» Description of the task: Once the line holding "#137=ADVANCED_FACE('',(#134),#136,.F.);" is found in the listing below, write it out and each later line exactly, up to and including the one holding "A parametric FreeCAD".

» Material for the task:

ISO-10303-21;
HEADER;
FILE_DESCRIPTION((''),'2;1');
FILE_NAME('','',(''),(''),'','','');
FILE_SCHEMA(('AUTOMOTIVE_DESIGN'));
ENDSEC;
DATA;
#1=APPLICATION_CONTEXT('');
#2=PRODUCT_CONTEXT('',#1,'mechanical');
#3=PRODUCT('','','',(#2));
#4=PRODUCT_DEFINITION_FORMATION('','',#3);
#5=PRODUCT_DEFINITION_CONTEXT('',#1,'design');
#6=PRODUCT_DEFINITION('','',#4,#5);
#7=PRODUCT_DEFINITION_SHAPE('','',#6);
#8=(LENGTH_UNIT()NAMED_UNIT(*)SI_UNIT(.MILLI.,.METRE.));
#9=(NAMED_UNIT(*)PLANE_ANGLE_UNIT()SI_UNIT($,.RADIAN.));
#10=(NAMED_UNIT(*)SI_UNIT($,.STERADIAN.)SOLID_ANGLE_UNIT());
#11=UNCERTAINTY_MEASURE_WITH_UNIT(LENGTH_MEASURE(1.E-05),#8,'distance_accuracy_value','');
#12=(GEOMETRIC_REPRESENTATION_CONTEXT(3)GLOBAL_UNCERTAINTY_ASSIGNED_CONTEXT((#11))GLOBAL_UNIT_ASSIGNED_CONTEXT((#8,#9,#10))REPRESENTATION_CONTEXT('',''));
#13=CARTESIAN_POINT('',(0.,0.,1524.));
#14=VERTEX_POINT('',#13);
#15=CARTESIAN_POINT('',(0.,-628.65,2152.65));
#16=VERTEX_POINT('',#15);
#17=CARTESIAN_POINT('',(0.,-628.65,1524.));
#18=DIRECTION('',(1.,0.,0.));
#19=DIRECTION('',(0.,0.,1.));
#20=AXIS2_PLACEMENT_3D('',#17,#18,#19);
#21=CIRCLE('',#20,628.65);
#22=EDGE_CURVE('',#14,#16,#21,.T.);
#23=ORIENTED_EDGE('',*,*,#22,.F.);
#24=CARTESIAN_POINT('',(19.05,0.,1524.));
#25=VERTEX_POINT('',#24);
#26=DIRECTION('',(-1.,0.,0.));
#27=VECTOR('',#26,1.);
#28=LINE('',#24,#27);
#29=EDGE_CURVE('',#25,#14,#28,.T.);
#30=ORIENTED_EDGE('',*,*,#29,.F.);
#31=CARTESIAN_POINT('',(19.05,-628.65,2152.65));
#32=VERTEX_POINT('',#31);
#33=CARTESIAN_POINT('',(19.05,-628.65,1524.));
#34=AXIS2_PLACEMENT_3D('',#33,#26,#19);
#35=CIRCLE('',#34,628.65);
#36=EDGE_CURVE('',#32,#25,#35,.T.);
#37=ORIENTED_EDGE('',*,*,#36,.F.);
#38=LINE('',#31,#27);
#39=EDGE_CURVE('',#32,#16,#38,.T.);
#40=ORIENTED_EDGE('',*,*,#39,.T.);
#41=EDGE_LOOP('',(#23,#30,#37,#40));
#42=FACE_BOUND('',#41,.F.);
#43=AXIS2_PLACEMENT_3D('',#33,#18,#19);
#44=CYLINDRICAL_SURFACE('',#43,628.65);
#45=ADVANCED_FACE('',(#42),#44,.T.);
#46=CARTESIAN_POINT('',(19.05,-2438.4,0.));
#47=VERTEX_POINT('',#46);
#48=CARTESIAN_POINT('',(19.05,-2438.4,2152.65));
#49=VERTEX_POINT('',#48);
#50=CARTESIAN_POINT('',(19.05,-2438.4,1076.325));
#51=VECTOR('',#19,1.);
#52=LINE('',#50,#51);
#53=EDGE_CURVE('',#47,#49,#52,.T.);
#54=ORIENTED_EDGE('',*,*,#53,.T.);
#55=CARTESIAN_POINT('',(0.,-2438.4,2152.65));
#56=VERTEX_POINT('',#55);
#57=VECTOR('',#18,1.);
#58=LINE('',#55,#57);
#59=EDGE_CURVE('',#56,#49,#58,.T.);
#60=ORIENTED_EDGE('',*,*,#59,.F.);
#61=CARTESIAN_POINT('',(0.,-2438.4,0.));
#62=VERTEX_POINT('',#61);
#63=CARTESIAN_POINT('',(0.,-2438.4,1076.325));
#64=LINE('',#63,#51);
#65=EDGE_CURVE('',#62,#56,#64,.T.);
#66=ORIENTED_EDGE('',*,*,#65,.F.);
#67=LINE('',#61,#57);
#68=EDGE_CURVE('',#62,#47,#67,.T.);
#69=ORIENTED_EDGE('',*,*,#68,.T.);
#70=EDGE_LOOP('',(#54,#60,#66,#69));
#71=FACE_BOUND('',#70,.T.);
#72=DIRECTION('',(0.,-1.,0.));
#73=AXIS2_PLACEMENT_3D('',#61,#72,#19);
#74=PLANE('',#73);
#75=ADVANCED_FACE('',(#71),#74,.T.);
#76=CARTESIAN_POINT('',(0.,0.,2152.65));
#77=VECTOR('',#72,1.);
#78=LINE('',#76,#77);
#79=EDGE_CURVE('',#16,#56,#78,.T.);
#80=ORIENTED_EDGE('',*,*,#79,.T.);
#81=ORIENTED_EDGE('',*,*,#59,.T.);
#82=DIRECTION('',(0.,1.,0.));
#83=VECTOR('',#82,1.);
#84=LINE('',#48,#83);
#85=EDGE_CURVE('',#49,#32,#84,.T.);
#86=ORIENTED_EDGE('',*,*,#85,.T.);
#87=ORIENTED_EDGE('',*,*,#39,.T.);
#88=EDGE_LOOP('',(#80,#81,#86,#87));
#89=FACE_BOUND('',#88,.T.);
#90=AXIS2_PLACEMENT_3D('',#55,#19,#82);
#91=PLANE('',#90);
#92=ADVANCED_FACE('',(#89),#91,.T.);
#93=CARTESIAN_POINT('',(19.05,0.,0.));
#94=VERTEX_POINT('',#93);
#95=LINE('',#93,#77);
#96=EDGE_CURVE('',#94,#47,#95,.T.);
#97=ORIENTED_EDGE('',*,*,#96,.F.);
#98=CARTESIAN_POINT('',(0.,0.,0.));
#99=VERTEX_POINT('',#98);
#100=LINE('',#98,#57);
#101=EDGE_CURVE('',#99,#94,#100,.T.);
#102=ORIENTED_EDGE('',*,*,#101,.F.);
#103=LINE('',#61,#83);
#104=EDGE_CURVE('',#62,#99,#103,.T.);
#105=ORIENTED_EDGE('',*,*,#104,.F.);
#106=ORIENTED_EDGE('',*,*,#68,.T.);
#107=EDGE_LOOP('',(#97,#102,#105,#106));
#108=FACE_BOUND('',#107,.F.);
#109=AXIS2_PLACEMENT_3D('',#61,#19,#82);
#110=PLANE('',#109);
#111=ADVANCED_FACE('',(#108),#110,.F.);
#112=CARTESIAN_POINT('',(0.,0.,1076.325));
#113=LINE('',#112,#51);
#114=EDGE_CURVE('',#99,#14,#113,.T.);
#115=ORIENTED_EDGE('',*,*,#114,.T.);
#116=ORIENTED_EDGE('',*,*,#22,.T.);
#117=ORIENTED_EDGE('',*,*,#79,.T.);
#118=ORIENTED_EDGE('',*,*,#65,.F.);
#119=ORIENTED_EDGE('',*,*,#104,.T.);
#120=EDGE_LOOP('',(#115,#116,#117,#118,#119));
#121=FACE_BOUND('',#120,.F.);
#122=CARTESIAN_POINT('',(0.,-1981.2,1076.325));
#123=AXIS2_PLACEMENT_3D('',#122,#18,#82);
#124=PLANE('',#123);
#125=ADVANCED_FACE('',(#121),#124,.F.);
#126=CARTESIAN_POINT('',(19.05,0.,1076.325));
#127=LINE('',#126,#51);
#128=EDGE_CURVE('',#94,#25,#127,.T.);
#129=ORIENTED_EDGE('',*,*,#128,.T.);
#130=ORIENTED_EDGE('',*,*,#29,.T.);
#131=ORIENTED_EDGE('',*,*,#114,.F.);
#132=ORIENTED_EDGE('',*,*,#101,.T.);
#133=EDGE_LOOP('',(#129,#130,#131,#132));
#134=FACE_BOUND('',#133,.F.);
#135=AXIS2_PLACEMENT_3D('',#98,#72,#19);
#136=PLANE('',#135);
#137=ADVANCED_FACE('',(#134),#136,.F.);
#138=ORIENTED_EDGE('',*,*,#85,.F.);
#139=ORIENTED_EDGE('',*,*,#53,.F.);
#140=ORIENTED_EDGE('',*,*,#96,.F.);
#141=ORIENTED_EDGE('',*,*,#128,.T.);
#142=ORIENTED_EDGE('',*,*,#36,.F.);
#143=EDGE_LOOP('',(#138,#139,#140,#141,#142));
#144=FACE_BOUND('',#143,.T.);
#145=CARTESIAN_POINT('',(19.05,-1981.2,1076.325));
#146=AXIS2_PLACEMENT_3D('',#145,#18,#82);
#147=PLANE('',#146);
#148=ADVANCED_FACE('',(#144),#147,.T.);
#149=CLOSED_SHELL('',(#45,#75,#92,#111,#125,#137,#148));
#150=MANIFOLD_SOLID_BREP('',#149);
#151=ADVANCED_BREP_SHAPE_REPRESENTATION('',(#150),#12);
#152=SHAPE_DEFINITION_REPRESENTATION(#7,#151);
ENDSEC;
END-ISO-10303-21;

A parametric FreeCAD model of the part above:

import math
import FreeCAD as App
import Part
import Sketcher
Q = App.Units.Quantity


def add_polygon(sketch, points):
    """Adds a closed chain of lines whose ends are joined by coincident constraints."""
    first, n = sketch.GeometryCount, len(points)
    for a, b in zip(points, points[1:] + points[:1]):
        sketch.addGeometry(Part.LineSegment(App.Vector(*a, 0), App.Vector(*b, 0)), False)
    for i in range(n):
        sketch.addConstraint(Sketcher.Constraint("Coincident", first + i, 2, first + (i + 1) % n, 1))

doc = App.newDocument("Part")
body = doc.addObject("PartDesign::Body", "Body")

# Sketch on YZ plane
sketch1 = body.newObject("Sketcher::SketchObject", "Sketch")
sketch1.AttachmentSupport = (doc.getObject("YZ_Plane"), [""])
sketch1.MapMode = "FlatFace"
add_polygon(sketch1, [(-1524, 2153), (-1524, 0), (0, 0), (0, 2153)])  # lines 0-3
sketch1.addConstraint([
    Sketcher.Constraint("Vertical", 0),
    Sketcher.Constraint("Horizontal", 1),
    Sketcher.Constraint("Vertical", 2),
    Sketcher.Constraint("Horizontal", 3),
    Sketcher.Constraint("Coincident", 1, 2, -1, 1),
    Sketcher.Constraint("DistanceX", 1, 1, 1, 2, Q("60 in")),
    Sketcher.Constraint("DistanceY", 0, 2, 0, 1, Q("84.75 in")),
])
pad1 = body.newObject("PartDesign::Pad", "Pad")
pad1.Profile = sketch1
pad1.Length = Q("0.75 in")

# Sketch on YZ plane
sketch2 = body.newObject("Sketcher::SketchObject", "Sketch001")
sketch2.AttachmentSupport = (doc.getObject("YZ_Plane"), [""])
sketch2.MapMode = "FlatFace"
add_polygon(sketch2, [(-2438, 2153), (-2438, 0), (-1524, 0), (-1524, 2153)])  # lines 0-3
sketch2.addConstraint([
    Sketcher.Constraint("Vertical", 0),
    Sketcher.Constraint("Horizontal", 1),
    Sketcher.Constraint("Vertical", 2),
    Sketcher.Constraint("Horizontal", 3),
    Sketcher.Constraint("PointOnObject", 0, 2, -1),
    Sketcher.Constraint("DistanceX", 1, 1, 1, 2, Q("36 in")),
    Sketcher.Constraint("DistanceX", 0, 2, -1, 1, Q("96 in")),
    Sketcher.Constraint("DistanceY", 0, 2, 0, 1, Q("84.75 in")),
])
pad2 = body.newObject("PartDesign::Pad", "Pad001")
pad2.Profile = sketch2
pad2.Length = Q("0.75 in")

# Sketch on YZ plane
sketch3 = body.newObject("Sketcher::SketchObject", "Sketch002")
sketch3.AttachmentSupport = (doc.getObject("YZ_Plane"), [""])
sketch3.MapMode = "FlatFace"
sketch3.AttachmentOffset = App.Placement(App.Vector(0, 0, 0.75 * 25.4), App.Rotation())
sketch3.addGeometry([
    Part.ArcOfCircle(Part.Circle(App.Vector(-629, 1524, 0), App.Vector(0, 0, 1), 629), math.radians(0), math.radians(90)),
    Part.LineSegment(App.Vector(0, 1524, 0), App.Vector(0, 2153, 0)),
    Part.LineSegment(App.Vector(0, 2153, 0), App.Vector(-629, 2153, 0)),
], False)
sketch3.addConstraint([
    Sketcher.Constraint("Tangent", 0, 1, 1, 1),
    Sketcher.Constraint("Coincident", 1, 2, 2, 1),
    Sketcher.Constraint("Tangent", 2, 2, 0, 2),
    Sketcher.Constraint("Vertical", 1),
    Sketcher.Constraint("Horizontal", 2),
    Sketcher.Constraint("PointOnObject", 0, 1, -2),
    Sketcher.Constraint("Radius", 0, Q("24.75 in")),
    Sketcher.Constraint("DistanceY", -1, 1, 0, 3, Q("60 in")),
])
pocket1 = body.newObject("PartDesign::Pocket", "Pocket")
pocket1.Profile = sketch3
pocket1.Length = Q("1 in")

doc.recompute()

» Exercise result:
#137=ADVANCED_FACE('',(#134),#136,.F.);
#138=ORIENTED_EDGE('',*,*,#85,.F.);
#139=ORIENTED_EDGE('',*,*,#53,.F.);
#140=ORIENTED_EDGE('',*,*,#96,.F.);
#141=ORIENTED_EDGE('',*,*,#128,.T.);
#142=ORIENTED_EDGE('',*,*,#36,.F.);
#143=EDGE_LOOP('',(#138,#139,#140,#141,#142));
#144=FACE_BOUND('',#143,.T.);
#145=CARTESIAN_POINT('',(19.05,-1981.2,1076.325));
#146=AXIS2_PLACEMENT_3D('',#145,#18,#82);
#147=PLANE('',#146);
#148=ADVANCED_FACE('',(#144),#147,.T.);
#149=CLOSED_SHELL('',(#45,#75,#92,#111,#125,#137,#148));
#150=MANIFOLD_SOLID_BREP('',#149);
#151=ADVANCED_BREP_SHAPE_REPRESENTATION('',(#150),#12);
#152=SHAPE_DEFINITION_REPRESENTATION(#7,#151);
ENDSEC;
END-ISO-10303-21;

A parametric FreeCAD model of the part above:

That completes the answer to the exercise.